Using highlighters with large and ever increasing datasets

GavinRees · August 10, 2025, 10:28am

Hi,

I am wondering if anyone has had any experience using highlighters with big datasets?

This is my use scenario: I would like to import foreign-language texts into a prototype (texts), and then be able to see in the text pane which words correspond to words that I have been studying / working with, and have saved as single cards, governed by a vocabulary item prototype (lemmas).

My inking is that I could do this by using agents or functions to collect the names of the cards and then update one or more highlighter files, which would contain the instructions governing how words in texts are highlighted.

I am hesitating in giving this idea a spin because the number of lemmas I am working with is going to exceed 5000 from the get-go, and I would be adding cards periodically to get reach a figure in excess of 15,000. (Were I to diligently do this that is!) I don’t know if this would give the regex engine burnout. (I am working with a relatively fast M3max chip.)

There are various commercial web-based tools that do this, but they lock one inside their own propriety systems, which, of course, don’t have anything like the additional note creation flexibility that Tinderbox has.

I am not thinking of automating link creation - so that word’s in a source text are clickable - as I am feeling that it would be more practical and cleaner to create Ziplinks if I feel the urge. The highlighting function would help me locate words that I don’t know but should know.

Grateful for any experience anybody has with this kind of thing. Always helpful to have a sanity check before launching oneself down a particular tunnel / adventure.

Thanks in advance,
Gavin

eastgate · August 10, 2025, 1:15pm

I honestly don’t know. I agree: that’s an awful lot of regular expressions! And it’s a lot of notes.

I’d be tempted, in your position, to go ahead and build a simple proof-of-concept version, the simplest and fastest-to-build Tinderbox that vaguely resembles what you have in mind. You might learn that it’s not nearly fast enough (in which case we can see whether that can be remedied!). You might learn that it’s fine.

I just don’t know.

mwra · August 10, 2025, 2:36pm

[Having read the previous reply]

So, not all words. IOW, a stop list is implicit here. ‘the’, ‘and’, etc., in whatever language likely aren’t the targets here. Otherwise, all words except new ones would be highlighted. A challenge in that is that highlighting, as an affordance, works best to highlight exceptions.

I agree with the option of building a test, but simply suggest a little filtering, so that we approach limits (if any) less quickly.

As part of the (a separate?) text, make a list (Set-type attribute) of all the ‘known’ studied words plus the stoplist (above). Now any word not a term in that list is new. Also beware mental elision we make over the fact that (regex) checking words doesn’t necessarily catch all variants. Searching for the Latin esse, might miss sum, est, sitis, fueramus, etc. (all conjugation variants of the same verb^†). Inconvenient but a factor to consider.

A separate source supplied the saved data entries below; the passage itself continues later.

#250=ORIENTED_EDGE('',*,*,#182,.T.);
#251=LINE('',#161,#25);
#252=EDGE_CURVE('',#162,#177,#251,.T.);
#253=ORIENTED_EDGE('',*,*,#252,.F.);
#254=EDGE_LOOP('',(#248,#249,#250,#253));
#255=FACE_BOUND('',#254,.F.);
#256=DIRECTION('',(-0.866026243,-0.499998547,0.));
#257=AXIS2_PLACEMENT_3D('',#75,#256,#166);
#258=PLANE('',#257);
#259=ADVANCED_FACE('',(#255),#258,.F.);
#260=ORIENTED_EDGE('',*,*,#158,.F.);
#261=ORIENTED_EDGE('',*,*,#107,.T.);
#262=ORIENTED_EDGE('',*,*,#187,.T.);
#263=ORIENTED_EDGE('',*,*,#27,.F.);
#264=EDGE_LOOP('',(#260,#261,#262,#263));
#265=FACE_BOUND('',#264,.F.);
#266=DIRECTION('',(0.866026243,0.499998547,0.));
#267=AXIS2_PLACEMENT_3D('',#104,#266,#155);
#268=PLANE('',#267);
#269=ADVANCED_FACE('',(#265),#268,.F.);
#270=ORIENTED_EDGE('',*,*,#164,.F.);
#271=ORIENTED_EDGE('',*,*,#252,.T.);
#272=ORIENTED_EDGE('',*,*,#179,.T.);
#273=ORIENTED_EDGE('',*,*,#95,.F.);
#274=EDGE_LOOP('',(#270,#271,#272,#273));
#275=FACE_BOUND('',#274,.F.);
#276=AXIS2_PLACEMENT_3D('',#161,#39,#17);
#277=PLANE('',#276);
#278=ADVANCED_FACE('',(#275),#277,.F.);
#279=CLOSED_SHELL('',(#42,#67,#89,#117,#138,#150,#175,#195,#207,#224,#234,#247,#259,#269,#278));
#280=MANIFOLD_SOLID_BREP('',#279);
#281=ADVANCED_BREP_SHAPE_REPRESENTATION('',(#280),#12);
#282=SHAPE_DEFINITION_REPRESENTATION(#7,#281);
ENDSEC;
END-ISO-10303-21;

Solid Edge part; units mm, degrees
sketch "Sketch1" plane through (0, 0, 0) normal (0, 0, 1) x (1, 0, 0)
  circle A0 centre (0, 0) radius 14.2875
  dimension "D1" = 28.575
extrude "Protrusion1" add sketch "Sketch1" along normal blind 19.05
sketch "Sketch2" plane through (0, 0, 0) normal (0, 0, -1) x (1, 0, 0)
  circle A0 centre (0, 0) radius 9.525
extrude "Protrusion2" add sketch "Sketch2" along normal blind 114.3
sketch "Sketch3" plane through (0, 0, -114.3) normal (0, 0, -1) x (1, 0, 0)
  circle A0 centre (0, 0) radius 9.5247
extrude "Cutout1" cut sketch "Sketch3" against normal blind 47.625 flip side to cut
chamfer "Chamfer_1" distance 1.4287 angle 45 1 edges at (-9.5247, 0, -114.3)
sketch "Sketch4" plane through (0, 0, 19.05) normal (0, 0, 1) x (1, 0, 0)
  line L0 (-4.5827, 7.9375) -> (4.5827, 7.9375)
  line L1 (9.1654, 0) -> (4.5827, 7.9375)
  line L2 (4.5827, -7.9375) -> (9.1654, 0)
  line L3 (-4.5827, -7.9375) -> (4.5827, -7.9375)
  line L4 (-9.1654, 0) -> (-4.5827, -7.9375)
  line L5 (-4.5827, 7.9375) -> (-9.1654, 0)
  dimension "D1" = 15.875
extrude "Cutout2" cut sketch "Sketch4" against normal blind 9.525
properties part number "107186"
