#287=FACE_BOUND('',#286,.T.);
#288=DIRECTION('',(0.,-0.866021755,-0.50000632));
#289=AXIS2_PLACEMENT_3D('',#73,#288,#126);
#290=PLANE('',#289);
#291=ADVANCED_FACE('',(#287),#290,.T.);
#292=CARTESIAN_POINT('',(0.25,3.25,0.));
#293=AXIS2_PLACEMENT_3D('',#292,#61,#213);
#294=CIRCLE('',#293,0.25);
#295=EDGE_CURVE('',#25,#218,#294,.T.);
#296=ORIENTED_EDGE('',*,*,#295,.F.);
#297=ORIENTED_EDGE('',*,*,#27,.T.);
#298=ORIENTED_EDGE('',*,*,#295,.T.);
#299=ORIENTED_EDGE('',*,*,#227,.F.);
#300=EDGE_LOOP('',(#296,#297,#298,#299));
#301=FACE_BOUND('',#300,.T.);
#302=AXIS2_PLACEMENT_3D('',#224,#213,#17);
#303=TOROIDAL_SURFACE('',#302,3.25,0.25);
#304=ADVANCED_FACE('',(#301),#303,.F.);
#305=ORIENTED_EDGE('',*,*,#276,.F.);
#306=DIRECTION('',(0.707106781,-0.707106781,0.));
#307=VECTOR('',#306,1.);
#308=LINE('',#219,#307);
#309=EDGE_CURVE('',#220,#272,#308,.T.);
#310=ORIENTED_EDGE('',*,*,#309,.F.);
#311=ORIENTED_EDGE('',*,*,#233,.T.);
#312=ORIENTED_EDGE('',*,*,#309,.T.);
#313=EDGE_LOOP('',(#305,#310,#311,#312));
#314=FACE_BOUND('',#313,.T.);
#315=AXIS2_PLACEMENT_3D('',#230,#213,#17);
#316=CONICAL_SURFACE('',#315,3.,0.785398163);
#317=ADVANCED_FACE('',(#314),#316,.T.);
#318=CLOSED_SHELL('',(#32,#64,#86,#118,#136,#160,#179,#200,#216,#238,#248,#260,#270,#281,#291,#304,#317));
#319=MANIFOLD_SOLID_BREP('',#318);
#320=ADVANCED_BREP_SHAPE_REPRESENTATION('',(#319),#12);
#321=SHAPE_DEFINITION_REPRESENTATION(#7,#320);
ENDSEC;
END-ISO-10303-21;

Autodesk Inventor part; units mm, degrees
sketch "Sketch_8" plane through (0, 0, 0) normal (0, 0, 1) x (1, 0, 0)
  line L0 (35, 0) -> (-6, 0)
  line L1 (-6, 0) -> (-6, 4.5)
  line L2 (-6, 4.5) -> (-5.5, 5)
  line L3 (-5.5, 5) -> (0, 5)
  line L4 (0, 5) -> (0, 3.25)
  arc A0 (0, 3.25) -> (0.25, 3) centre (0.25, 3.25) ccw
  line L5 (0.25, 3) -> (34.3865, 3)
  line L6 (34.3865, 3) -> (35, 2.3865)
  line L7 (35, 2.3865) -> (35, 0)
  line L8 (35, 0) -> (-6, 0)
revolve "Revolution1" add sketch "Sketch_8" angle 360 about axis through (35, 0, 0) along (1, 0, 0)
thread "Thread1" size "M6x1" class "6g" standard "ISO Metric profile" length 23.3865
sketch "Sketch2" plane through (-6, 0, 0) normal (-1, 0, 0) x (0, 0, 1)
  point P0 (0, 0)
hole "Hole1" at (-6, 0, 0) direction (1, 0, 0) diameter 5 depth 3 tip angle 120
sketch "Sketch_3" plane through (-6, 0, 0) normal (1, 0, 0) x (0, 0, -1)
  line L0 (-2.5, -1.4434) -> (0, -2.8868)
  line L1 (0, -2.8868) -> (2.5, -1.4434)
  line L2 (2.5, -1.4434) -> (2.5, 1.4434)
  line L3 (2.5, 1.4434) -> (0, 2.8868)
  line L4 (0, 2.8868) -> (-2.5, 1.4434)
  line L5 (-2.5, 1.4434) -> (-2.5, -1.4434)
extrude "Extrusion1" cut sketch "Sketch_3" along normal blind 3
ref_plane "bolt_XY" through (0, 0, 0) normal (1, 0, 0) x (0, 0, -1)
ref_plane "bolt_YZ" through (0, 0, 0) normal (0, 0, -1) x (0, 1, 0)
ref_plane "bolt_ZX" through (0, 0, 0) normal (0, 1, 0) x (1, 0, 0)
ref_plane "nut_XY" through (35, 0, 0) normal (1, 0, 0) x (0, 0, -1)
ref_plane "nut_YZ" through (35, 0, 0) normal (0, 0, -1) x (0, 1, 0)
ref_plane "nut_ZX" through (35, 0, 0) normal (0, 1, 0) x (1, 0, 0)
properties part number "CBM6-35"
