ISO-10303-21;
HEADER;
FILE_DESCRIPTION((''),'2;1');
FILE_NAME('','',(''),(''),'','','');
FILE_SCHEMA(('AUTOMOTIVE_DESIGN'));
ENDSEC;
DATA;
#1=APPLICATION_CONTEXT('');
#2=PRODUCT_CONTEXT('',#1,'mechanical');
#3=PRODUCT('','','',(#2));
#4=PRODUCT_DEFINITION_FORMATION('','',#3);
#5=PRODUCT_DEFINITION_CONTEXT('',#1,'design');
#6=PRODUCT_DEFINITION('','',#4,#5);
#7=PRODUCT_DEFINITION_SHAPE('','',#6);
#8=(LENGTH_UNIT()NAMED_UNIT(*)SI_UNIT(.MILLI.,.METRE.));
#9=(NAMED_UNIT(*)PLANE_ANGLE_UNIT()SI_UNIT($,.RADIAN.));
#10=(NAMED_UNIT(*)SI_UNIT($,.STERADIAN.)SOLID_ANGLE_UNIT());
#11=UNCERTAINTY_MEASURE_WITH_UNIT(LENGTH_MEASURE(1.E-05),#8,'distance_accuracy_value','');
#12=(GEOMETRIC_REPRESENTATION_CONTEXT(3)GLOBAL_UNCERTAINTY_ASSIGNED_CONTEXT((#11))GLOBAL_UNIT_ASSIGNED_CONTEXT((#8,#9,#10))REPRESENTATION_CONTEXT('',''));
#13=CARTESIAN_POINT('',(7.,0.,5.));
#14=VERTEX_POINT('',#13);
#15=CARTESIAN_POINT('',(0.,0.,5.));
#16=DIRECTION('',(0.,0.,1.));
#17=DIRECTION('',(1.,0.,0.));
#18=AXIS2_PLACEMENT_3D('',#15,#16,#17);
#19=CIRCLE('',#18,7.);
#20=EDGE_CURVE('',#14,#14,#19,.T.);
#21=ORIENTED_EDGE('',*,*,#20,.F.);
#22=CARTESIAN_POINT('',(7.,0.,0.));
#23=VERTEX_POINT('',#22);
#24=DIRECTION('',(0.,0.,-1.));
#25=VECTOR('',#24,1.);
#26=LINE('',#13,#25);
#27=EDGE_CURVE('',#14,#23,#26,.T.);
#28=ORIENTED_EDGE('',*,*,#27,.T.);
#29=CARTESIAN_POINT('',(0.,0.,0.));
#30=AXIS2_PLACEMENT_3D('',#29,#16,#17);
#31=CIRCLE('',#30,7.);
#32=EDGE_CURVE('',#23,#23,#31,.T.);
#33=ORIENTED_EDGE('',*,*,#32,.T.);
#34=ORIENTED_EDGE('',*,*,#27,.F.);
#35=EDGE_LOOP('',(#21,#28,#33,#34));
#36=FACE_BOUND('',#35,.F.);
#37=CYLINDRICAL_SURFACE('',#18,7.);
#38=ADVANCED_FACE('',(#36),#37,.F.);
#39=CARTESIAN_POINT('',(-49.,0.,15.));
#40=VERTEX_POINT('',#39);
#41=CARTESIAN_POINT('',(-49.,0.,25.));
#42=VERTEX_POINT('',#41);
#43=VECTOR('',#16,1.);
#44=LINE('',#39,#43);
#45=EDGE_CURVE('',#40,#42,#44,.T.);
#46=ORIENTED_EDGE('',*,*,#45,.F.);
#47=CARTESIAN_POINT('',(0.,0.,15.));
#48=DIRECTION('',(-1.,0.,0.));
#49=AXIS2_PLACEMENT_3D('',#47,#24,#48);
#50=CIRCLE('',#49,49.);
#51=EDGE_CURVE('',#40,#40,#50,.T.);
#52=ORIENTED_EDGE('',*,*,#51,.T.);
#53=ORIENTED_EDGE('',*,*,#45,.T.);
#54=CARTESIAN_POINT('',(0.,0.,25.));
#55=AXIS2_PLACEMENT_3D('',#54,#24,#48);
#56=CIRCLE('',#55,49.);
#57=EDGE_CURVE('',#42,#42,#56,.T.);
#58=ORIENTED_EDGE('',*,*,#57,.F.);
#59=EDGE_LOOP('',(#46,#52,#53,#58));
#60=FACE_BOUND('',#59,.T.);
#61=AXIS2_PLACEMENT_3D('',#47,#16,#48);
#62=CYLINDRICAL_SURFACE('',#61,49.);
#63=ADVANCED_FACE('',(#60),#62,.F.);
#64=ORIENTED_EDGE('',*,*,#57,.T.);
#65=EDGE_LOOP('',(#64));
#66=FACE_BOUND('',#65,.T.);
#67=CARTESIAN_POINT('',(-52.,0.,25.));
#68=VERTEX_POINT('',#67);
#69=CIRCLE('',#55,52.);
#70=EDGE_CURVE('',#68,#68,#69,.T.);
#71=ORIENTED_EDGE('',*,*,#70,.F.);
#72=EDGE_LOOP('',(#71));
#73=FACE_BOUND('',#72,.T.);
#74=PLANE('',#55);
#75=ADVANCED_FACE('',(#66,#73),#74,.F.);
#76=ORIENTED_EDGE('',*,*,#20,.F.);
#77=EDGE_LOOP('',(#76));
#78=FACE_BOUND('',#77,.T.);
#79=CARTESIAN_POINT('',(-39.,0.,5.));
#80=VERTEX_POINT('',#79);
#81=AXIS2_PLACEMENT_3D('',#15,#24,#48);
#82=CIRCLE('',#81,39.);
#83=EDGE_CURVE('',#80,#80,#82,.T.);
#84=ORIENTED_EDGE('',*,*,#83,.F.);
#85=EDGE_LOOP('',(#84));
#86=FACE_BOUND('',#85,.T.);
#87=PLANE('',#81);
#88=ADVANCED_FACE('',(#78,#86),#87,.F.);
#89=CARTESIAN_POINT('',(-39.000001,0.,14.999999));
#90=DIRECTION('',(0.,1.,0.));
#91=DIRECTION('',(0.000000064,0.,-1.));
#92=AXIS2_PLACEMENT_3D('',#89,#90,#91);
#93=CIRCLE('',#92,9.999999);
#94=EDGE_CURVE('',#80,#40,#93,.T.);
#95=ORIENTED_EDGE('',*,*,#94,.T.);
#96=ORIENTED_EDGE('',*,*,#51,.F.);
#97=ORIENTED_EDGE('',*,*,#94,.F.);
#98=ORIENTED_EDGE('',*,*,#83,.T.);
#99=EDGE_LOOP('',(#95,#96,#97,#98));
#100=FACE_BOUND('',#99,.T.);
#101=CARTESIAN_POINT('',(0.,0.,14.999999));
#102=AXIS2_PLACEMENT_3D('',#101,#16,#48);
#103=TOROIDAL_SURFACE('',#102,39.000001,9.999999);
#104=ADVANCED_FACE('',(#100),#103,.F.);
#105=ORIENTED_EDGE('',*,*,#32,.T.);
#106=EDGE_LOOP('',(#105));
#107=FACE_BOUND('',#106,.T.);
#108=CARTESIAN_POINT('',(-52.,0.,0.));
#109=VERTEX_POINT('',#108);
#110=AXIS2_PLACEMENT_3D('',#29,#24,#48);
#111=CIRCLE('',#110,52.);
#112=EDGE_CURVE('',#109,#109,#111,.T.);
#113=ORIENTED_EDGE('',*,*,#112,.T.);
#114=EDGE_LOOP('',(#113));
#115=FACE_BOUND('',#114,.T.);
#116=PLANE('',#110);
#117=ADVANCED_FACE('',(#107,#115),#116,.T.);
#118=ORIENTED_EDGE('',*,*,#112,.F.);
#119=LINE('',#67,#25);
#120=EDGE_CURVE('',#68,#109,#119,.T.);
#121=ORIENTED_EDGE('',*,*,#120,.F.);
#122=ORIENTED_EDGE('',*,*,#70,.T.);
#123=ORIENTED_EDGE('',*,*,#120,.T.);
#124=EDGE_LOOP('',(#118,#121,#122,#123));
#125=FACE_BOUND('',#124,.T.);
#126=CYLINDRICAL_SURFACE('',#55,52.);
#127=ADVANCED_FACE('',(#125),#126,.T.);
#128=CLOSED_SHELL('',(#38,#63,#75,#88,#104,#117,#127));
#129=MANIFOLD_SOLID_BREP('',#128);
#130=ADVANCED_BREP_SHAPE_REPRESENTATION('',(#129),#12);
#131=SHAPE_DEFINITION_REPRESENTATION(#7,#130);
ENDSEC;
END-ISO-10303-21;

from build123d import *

# Parameters (mm, degrees)
F2_R     = 7
F3_DEPTH = 25


with BuildPart() as f1:
    # F0 (on Front) → F1 (revolve)
    with BuildSketch(Plane.XZ):
        with BuildLine():
            Line((0, 0), (0, 5))
            Line((0, 5), (-39, 5))
            ThreePointArc((-39, 5), (-46.071068, 7.928932), (-49, 15))
            Line((-49, 15), (-49, 25))
            Line((-49, 25), (-52, 25))
            Line((-52, 25), (-52, 0))
            Line((-52, 0), (0, 0))
        make_face()
    revolve(axis=Axis((0, 0, 2.36842), (0, 0, -1)))

    # F2 (on face) → F3 (cut)
    with BuildSketch(Plane.XY.offset(5)):
        Circle(F2_R)
    extrude(amount=-F3_DEPTH, mode=Mode.SUBTRACT)


solid = f1.part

†. No, I’m no Latin scholar. Just a painful flashback to schooldays.

GavinRees · August 10, 2025, 8:25pm

Thanks both,

I will give it a go with some kind of barebones test version.

Most commercial tools highlight every unknown word - but that’s probably not what I need for my purposes. As you say, there is also the issue of variant forms, conjugations, declensions, etc. in most languages. (Not really an issue in Japanese and Chinese, however).

Rather than try fuzzy searching, I’ll start by targeting word stems.

We’ll see…

Best,

Gavin

mwra · August 10, 2025, 9:07pm

Out of interest, what category of tools are these?

GavinRees · August 11, 2025, 11:03am

Here are the most common. Some allow (or focus mainly on) parsing of video subtitles as well as texts. All have slight different positioning, toolsets, trade-offs:

Language Reactor (partially free)
Migaku
Lute (free)
Lingopie

They are all governed by the same ideal of tracking all the words one encounters and building a fully comprehensive personal concordance.

For me, that’s overly megalomanic, and certainly a major time-drain. Nevertheless, it is very helpful to track the words that one has decided to focus on, and previously marked as useful to learn.